YOUR TASK » From the first line of the data below, repeat each line exactly until you reach the line with "f 241 256 257"; include that line too.

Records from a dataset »
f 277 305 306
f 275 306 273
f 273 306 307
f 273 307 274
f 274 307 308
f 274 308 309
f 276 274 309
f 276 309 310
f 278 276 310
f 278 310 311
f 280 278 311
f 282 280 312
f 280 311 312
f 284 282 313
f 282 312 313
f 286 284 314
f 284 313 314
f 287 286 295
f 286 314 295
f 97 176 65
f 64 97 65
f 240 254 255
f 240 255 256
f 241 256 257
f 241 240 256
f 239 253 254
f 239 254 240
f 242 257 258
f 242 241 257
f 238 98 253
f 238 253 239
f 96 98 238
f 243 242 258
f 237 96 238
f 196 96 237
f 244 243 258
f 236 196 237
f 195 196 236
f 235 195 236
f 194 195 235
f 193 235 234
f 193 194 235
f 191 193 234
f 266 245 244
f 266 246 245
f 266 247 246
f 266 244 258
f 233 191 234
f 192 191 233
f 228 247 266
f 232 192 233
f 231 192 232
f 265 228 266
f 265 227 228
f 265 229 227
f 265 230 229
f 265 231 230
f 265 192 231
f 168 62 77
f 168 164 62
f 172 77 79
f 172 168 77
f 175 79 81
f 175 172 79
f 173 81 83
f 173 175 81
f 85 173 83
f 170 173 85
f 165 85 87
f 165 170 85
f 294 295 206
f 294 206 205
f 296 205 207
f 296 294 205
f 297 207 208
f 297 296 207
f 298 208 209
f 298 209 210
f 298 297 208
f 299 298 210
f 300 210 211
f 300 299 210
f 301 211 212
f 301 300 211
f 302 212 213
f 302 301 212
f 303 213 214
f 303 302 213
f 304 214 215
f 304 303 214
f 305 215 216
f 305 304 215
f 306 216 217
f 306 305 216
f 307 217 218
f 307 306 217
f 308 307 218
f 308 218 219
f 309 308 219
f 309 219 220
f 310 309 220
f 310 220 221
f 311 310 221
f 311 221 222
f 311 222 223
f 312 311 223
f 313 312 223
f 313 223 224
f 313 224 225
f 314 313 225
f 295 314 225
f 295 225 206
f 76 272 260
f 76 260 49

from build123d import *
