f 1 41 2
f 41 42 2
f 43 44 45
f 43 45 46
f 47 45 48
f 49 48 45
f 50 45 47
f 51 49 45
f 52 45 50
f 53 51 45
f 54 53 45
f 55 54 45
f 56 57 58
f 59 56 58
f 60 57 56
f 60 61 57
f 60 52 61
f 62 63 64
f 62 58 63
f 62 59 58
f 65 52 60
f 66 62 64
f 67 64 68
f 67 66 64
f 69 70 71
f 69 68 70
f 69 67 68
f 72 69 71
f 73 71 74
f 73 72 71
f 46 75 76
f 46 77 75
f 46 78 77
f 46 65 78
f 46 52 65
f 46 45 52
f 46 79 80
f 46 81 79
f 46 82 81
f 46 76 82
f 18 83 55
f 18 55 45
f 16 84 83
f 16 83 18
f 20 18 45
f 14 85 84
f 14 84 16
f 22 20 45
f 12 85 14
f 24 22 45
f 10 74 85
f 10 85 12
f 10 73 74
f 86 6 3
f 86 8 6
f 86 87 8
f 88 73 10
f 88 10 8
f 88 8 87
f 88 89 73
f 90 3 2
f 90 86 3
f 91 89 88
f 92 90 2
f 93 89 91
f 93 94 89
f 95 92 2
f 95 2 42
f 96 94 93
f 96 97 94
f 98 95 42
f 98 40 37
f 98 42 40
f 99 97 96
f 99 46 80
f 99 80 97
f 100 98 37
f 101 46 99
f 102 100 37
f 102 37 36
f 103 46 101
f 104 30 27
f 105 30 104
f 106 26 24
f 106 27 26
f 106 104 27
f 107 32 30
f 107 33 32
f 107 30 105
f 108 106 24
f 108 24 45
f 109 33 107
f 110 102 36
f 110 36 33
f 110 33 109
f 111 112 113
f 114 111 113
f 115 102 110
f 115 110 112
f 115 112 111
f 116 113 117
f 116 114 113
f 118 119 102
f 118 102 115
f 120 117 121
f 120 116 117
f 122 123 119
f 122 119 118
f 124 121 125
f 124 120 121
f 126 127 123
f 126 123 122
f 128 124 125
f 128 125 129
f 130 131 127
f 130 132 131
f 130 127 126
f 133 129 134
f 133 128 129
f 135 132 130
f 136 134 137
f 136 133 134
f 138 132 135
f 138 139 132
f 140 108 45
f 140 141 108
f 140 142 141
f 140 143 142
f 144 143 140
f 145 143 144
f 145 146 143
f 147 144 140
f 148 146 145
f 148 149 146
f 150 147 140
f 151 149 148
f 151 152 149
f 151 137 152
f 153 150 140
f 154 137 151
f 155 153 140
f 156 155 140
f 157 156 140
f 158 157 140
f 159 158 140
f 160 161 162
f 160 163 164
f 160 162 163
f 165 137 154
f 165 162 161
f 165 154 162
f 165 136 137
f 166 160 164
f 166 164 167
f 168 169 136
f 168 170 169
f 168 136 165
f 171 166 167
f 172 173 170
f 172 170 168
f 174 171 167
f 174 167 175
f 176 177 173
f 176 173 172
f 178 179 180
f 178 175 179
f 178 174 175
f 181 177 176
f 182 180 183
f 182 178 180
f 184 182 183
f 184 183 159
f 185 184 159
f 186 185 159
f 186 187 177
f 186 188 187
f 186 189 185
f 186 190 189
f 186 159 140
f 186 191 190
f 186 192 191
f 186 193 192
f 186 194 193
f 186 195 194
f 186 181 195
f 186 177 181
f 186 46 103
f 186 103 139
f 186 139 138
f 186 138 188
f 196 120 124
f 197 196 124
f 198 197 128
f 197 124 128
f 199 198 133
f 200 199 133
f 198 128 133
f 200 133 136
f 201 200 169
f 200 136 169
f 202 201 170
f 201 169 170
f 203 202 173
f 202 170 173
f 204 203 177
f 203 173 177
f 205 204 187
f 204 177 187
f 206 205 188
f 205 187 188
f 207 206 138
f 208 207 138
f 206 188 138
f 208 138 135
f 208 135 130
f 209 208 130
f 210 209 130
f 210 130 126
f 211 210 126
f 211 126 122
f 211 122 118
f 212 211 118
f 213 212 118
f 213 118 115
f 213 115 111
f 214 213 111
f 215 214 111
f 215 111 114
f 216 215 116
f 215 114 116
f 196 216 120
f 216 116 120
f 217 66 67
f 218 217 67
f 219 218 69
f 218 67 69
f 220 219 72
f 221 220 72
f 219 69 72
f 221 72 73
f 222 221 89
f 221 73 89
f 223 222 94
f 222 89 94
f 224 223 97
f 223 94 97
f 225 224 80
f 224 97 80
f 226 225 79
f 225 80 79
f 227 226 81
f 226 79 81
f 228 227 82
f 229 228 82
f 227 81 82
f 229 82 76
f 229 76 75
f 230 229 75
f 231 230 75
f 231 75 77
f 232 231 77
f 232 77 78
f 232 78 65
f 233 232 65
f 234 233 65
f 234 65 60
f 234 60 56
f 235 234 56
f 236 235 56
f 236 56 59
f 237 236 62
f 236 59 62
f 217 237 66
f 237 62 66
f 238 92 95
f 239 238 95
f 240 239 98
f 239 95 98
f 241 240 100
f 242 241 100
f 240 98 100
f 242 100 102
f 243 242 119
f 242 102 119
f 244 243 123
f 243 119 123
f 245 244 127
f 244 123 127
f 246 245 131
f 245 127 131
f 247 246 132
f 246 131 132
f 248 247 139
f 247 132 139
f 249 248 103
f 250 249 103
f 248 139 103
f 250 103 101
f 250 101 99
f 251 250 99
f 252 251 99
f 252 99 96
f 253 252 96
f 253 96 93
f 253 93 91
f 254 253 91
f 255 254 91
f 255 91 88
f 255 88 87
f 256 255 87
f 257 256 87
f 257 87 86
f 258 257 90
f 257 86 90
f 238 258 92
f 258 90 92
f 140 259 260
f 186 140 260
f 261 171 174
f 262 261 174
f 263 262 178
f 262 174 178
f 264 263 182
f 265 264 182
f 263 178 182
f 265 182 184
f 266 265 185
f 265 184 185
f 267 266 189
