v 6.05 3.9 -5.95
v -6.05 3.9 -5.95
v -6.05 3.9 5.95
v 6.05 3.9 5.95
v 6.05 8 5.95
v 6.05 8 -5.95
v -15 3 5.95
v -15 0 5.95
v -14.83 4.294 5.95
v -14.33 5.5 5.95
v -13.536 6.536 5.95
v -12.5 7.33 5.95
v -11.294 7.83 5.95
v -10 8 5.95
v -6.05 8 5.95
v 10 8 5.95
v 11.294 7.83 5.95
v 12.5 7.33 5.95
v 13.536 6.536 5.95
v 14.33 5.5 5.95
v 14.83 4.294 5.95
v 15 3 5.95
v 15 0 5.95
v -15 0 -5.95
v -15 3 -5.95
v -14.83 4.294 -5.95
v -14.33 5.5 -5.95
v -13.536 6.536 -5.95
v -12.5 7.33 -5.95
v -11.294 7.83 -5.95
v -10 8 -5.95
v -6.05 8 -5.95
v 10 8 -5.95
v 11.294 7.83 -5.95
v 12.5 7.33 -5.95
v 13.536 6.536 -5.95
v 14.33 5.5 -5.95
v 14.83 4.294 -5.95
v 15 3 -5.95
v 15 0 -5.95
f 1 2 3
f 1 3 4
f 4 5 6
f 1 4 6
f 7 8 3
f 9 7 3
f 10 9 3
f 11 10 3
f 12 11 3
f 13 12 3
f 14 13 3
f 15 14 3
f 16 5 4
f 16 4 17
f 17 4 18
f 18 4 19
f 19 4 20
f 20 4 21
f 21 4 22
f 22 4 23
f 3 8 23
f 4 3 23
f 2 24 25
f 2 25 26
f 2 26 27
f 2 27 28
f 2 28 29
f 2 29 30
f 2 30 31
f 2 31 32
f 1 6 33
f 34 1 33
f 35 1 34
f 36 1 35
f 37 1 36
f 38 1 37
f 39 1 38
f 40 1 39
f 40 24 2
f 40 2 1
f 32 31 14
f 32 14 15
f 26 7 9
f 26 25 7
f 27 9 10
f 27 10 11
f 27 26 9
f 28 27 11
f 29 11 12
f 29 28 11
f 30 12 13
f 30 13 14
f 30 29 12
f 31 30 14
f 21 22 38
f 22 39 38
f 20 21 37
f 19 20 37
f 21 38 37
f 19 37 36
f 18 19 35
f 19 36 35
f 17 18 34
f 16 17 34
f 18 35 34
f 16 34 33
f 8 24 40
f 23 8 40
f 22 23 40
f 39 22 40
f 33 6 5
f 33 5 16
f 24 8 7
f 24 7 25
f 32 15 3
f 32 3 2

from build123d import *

# Parameters (mm, degrees)
SKETCH1_W           = 30
SKETCH1_H           = 11.9
BOSS_EXTRUDE1_DEPTH = 8
SKETCH3_W           = 12.1
SKETCH3_H           = 11.9
CUT_EXTRUDE1_DEPTH  = 4.1
FILLET1_R           = 5


with BuildPart() as part:
    # Sketch1 → Boss-Extrude1 (new body)
    with BuildSketch(Plane(origin=(0, 0, 0), x_dir=(1, 0, 0), z_dir=(0, 1, 0))):
        Rectangle(SKETCH1_W, SKETCH1_H)
    extrude(amount=BOSS_EXTRUDE1_DEPTH)

    # Sketch3 → Cut-Extrude1 (cut)
    with BuildSketch(Plane(origin=(0, 8, 0), x_dir=(1, 0, 0), z_dir=(0, 1, 0))):
        Rectangle(SKETCH3_W, SKETCH3_H)
    extrude(amount=-CUT_EXTRUDE1_DEPTH, mode=Mode.SUBTRACT)

    # Fillet1
    fillet1_edges = [part.edges().sort_by_distance(p)[0] for p in [
        (15, 8, 0),
        (-15, 8, 0),
    ]]
    fillet(fillet1_edges, radius=FILLET1_R)


solid = part.part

PROBLEM SOLUTION »
f 277 305 306
f 275 306 273
f 273 306 307
f 273 307 274
f 274 307 308
f 274 308 309
f 276 274 309
f 276 309 310
f 278 276 310
f 278 310 311
f 280 278 311
f 282 280 312
f 280 311 312
f 284 282 313
f 282 312 313
f 286 284 314
f 284 313 314
f 287 286 295
f 286 314 295
f 97 176 65
f 64 97 65
f 240 254 255
f 240 255 256
f 241 256 257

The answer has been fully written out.